## Task statement
Of the lines listed below, return exactly those that run from the line containing "#115=ORIENTED_EDGE('',*,*,#114,.F.);" through the line containing "#122=EDGE_CURVE('',#49,#117,#121,.T.);", both included.

Data entries:
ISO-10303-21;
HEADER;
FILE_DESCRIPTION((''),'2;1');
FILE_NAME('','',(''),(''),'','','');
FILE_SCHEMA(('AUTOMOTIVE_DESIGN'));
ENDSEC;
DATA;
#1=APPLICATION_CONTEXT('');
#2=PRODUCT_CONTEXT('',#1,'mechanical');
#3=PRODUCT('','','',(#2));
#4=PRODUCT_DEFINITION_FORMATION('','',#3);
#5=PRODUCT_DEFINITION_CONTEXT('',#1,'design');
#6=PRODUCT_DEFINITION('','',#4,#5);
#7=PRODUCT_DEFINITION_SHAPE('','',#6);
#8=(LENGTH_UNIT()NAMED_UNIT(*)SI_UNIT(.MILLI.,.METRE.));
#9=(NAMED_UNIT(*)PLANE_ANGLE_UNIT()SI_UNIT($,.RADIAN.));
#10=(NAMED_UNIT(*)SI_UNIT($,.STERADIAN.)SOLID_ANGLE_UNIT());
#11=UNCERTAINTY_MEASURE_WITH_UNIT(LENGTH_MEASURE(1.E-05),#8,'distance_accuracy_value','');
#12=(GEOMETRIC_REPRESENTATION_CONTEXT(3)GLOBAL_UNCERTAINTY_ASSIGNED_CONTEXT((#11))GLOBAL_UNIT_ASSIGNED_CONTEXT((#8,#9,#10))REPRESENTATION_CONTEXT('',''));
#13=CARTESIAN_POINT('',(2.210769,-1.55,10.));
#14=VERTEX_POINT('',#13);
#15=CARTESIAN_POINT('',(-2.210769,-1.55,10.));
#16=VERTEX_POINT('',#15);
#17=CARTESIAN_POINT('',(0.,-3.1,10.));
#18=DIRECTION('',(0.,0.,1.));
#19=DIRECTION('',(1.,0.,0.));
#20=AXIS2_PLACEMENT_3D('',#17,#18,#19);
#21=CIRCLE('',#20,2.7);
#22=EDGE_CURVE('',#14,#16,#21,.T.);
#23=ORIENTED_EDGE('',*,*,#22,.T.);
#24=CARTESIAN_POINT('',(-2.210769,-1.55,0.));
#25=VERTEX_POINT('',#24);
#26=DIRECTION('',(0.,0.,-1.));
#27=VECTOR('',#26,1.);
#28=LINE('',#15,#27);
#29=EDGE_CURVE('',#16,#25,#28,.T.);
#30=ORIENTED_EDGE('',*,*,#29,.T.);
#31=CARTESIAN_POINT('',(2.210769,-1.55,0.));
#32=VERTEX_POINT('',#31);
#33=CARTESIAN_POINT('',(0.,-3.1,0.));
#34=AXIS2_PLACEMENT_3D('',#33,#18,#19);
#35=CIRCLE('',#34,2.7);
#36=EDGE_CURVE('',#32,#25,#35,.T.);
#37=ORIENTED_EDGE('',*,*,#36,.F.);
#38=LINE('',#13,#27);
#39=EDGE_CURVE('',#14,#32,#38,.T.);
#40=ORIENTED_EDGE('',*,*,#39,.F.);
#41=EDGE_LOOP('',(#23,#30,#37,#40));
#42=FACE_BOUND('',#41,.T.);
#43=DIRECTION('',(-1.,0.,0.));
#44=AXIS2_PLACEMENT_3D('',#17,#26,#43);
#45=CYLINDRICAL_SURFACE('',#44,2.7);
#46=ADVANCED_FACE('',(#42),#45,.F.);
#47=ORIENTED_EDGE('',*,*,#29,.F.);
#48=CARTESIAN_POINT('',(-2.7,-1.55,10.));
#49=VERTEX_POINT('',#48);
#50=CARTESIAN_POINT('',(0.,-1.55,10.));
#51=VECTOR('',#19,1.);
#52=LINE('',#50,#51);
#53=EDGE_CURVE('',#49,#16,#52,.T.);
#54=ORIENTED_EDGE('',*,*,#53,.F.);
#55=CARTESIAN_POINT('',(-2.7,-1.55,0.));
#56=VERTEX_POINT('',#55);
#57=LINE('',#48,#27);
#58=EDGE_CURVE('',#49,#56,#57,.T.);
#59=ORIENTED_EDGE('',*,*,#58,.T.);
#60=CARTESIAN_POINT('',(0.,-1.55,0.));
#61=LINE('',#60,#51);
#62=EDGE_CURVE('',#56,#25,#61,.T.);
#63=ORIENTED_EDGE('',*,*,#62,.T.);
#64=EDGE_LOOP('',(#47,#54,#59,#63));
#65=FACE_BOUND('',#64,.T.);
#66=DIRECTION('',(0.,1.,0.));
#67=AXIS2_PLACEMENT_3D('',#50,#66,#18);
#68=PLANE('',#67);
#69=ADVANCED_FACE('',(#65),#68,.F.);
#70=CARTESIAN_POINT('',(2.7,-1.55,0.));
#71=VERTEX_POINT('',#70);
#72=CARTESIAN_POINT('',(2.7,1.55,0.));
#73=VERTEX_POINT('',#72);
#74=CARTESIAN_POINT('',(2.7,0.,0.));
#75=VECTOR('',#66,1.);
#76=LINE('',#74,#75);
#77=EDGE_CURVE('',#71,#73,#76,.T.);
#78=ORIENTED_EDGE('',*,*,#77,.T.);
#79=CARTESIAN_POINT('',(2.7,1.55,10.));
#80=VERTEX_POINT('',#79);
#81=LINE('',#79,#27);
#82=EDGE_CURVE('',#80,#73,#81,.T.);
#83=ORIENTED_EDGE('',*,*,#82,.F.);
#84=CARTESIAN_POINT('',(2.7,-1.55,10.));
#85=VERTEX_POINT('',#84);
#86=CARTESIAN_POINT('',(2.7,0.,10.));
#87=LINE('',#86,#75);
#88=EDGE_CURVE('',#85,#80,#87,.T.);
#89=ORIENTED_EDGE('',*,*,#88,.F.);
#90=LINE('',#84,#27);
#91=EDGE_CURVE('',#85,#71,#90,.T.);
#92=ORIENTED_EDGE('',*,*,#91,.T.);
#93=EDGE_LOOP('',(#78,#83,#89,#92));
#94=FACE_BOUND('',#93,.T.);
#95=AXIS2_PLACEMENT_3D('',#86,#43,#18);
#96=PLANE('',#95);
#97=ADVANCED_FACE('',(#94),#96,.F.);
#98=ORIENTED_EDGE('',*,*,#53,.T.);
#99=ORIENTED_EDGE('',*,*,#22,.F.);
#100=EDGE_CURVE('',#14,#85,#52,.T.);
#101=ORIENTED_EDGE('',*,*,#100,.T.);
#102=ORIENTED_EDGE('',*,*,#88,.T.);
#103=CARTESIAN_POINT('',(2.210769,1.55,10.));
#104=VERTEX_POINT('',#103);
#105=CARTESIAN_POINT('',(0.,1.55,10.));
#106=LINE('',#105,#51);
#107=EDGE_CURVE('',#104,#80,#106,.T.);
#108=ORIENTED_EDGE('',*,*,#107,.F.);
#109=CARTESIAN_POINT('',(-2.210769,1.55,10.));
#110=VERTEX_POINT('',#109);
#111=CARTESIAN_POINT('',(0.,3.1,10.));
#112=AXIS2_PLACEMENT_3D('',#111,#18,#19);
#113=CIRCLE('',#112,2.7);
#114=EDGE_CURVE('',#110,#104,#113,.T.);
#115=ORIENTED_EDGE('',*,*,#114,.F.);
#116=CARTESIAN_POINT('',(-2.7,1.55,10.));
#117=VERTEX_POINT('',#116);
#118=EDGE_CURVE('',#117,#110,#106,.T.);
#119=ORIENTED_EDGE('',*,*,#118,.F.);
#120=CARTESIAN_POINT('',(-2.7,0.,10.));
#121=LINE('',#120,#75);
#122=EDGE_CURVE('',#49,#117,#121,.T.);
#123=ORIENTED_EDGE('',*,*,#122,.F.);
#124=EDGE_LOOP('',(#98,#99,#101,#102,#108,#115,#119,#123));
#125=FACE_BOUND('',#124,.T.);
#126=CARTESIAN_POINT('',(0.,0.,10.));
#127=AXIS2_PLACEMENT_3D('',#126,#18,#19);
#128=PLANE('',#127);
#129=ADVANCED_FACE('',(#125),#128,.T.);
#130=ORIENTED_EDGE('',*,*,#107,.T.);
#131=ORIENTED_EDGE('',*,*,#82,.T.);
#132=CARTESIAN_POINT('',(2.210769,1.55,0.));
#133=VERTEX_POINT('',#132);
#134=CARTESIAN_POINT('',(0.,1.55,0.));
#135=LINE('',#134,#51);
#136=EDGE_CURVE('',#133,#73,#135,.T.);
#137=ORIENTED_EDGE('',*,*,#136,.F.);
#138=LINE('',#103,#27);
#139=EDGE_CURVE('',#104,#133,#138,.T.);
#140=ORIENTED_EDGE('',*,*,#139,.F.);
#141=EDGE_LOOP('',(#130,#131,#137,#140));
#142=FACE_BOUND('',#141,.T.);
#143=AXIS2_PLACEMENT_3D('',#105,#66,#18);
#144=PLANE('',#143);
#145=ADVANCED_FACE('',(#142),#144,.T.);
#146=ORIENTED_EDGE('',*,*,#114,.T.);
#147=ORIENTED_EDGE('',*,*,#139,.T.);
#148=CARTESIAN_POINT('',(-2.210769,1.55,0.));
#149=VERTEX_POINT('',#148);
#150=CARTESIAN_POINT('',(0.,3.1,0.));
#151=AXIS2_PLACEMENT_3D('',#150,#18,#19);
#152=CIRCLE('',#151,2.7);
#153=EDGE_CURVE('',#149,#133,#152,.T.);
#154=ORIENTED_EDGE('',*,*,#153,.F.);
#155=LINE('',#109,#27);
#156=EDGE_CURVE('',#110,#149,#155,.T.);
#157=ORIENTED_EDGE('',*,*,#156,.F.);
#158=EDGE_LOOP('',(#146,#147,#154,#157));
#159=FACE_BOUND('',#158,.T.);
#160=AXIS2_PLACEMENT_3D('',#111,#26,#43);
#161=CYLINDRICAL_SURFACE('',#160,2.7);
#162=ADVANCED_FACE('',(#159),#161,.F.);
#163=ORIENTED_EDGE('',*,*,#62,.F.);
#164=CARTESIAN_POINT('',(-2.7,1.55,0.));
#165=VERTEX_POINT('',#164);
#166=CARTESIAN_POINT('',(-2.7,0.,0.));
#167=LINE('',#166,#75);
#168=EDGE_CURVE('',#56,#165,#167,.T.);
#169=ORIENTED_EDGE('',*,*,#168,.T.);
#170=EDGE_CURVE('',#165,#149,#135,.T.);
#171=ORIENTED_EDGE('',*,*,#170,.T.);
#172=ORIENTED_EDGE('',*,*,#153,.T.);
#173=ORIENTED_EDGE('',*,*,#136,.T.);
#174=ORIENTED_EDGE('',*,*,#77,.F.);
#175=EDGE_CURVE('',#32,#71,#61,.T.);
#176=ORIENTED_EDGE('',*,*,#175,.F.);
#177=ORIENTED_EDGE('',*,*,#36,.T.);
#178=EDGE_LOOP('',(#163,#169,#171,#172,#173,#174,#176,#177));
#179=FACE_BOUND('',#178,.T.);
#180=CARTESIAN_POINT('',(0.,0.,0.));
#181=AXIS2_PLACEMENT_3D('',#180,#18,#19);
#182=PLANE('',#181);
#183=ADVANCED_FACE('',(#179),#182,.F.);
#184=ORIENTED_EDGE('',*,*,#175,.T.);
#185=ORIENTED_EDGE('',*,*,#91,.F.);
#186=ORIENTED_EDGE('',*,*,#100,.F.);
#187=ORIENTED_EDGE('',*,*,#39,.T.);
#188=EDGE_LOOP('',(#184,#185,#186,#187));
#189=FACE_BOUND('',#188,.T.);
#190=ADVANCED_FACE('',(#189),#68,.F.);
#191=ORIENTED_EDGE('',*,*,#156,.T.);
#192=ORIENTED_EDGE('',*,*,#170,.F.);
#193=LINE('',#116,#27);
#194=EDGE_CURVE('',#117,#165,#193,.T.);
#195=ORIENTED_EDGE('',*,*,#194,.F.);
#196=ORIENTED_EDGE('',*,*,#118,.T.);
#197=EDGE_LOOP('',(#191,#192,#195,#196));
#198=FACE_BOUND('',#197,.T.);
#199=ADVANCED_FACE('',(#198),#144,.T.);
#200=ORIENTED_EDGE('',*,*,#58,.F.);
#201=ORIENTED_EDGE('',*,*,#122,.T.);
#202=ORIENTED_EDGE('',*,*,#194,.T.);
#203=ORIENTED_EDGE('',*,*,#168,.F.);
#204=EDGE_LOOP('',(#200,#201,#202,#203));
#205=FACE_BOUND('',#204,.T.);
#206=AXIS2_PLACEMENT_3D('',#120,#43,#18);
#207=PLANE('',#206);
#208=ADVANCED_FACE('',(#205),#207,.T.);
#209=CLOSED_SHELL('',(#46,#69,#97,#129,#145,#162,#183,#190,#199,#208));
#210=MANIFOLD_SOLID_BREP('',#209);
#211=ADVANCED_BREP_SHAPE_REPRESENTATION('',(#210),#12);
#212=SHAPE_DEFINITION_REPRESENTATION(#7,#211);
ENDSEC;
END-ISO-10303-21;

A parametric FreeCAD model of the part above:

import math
import FreeCAD as App
import Part
import Sketcher
from FreeCAD import Vector

doc = App.newDocument("Part")
body = doc.addObject("PartDesign::Body", "Body")

sketch1 = doc.addObject("Sketcher::SketchObject", "Sketch")
body.addObject(sketch1)
sketch1.AttachmentSupport = (doc.XY_Plane, [""])
sketch1.MapMode = "FlatFace"
sketch1.addGeometry([
    Part.LineSegment(Vector(-2.7, 1.55, 0), Vector(-2.7, -1.55, 0)),
    Part.LineSegment(Vector(-2.7, -1.55, 0), Vector(-2.21, -1.55, 0)),
    Part.ArcOfCircle(Part.Circle(Vector(0, -3.1, 0), Vector(0, 0, 1), 2.7), math.radians(35), math.radians(145)),
    Part.LineSegment(Vector(2.21, -1.55, 0), Vector(2.7, -1.55, 0)),
    Part.LineSegment(Vector(2.7, -1.55, 0), Vector(2.7, 1.55, 0)),
    Part.LineSegment(Vector(2.7, 1.55, 0), Vector(2.21, 1.55, 0)),
    Part.ArcOfCircle(Part.Circle(Vector(0, 3.1, 0), Vector(0, 0, 1), 2.7), math.radians(-145), math.radians(-35)),
    Part.LineSegment(Vector(-2.21, 1.55, 0), Vector(-2.7, 1.55, 0)),
], False)
sketch1.addConstraint([
    Sketcher.Constraint("Coincident", 0, 2, 1, 1),
    Sketcher.Constraint("Coincident", 1, 2, 2, 2),
    Sketcher.Constraint("Coincident", 2, 1, 3, 1),
    Sketcher.Constraint("Coincident", 3, 2, 4, 1),
    Sketcher.Constraint("Coincident", 4, 2, 5, 1),
    Sketcher.Constraint("Coincident", 5, 2, 6, 2),
    Sketcher.Constraint("Coincident", 6, 1, 7, 1),
    Sketcher.Constraint("Coincident", 7, 2, 0, 1),
    Sketcher.Constraint("Vertical", 0),
    Sketcher.Constraint("Horizontal", 1),
    Sketcher.Constraint("Horizontal", 3),
    Sketcher.Constraint("Vertical", 4),
    Sketcher.Constraint("Horizontal", 5),
    Sketcher.Constraint("Horizontal", 7),
    Sketcher.Constraint("Equal", 2, 6),
    Sketcher.Constraint("Symmetric", 2, 3, 6, 3, -1, 1),
    Sketcher.Constraint("Symmetric", 0, 2, 4, 2, -1, 1),
    Sketcher.Constraint("Symmetric", 1, 2, 2, 1, -2),
    Sketcher.Constraint("Horizontal", 5, 2, 6, 1),
    Sketcher.Constraint("Radius", 2, 2.7),
    Sketcher.Constraint("DistanceY", 0, 2, 0, 1, 3.1),
    Sketcher.Constraint("DistanceY", 2, 3, -1, 1, 3.1),
    Sketcher.Constraint("DistanceX", 0, 2, -1, 1, 2.7),
])
pad1 = doc.addObject("PartDesign::Pad", "Pad")
body.addObject(pad1)
pad1.Profile = sketch1
pad1.Length = 10

doc.recompute()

## Task response
#115=ORIENTED_EDGE('',*,*,#114,.F.);
#116=CARTESIAN_POINT('',(-2.7,1.55,10.));
#117=VERTEX_POINT('',#116);
#118=EDGE_CURVE('',#117,#110,#106,.T.);
#119=ORIENTED_EDGE('',*,*,#118,.F.);
#120=CARTESIAN_POINT('',(-2.7,0.,10.));
#121=LINE('',#120,#75);
#122=EDGE_CURVE('',#49,#117,#121,.T.);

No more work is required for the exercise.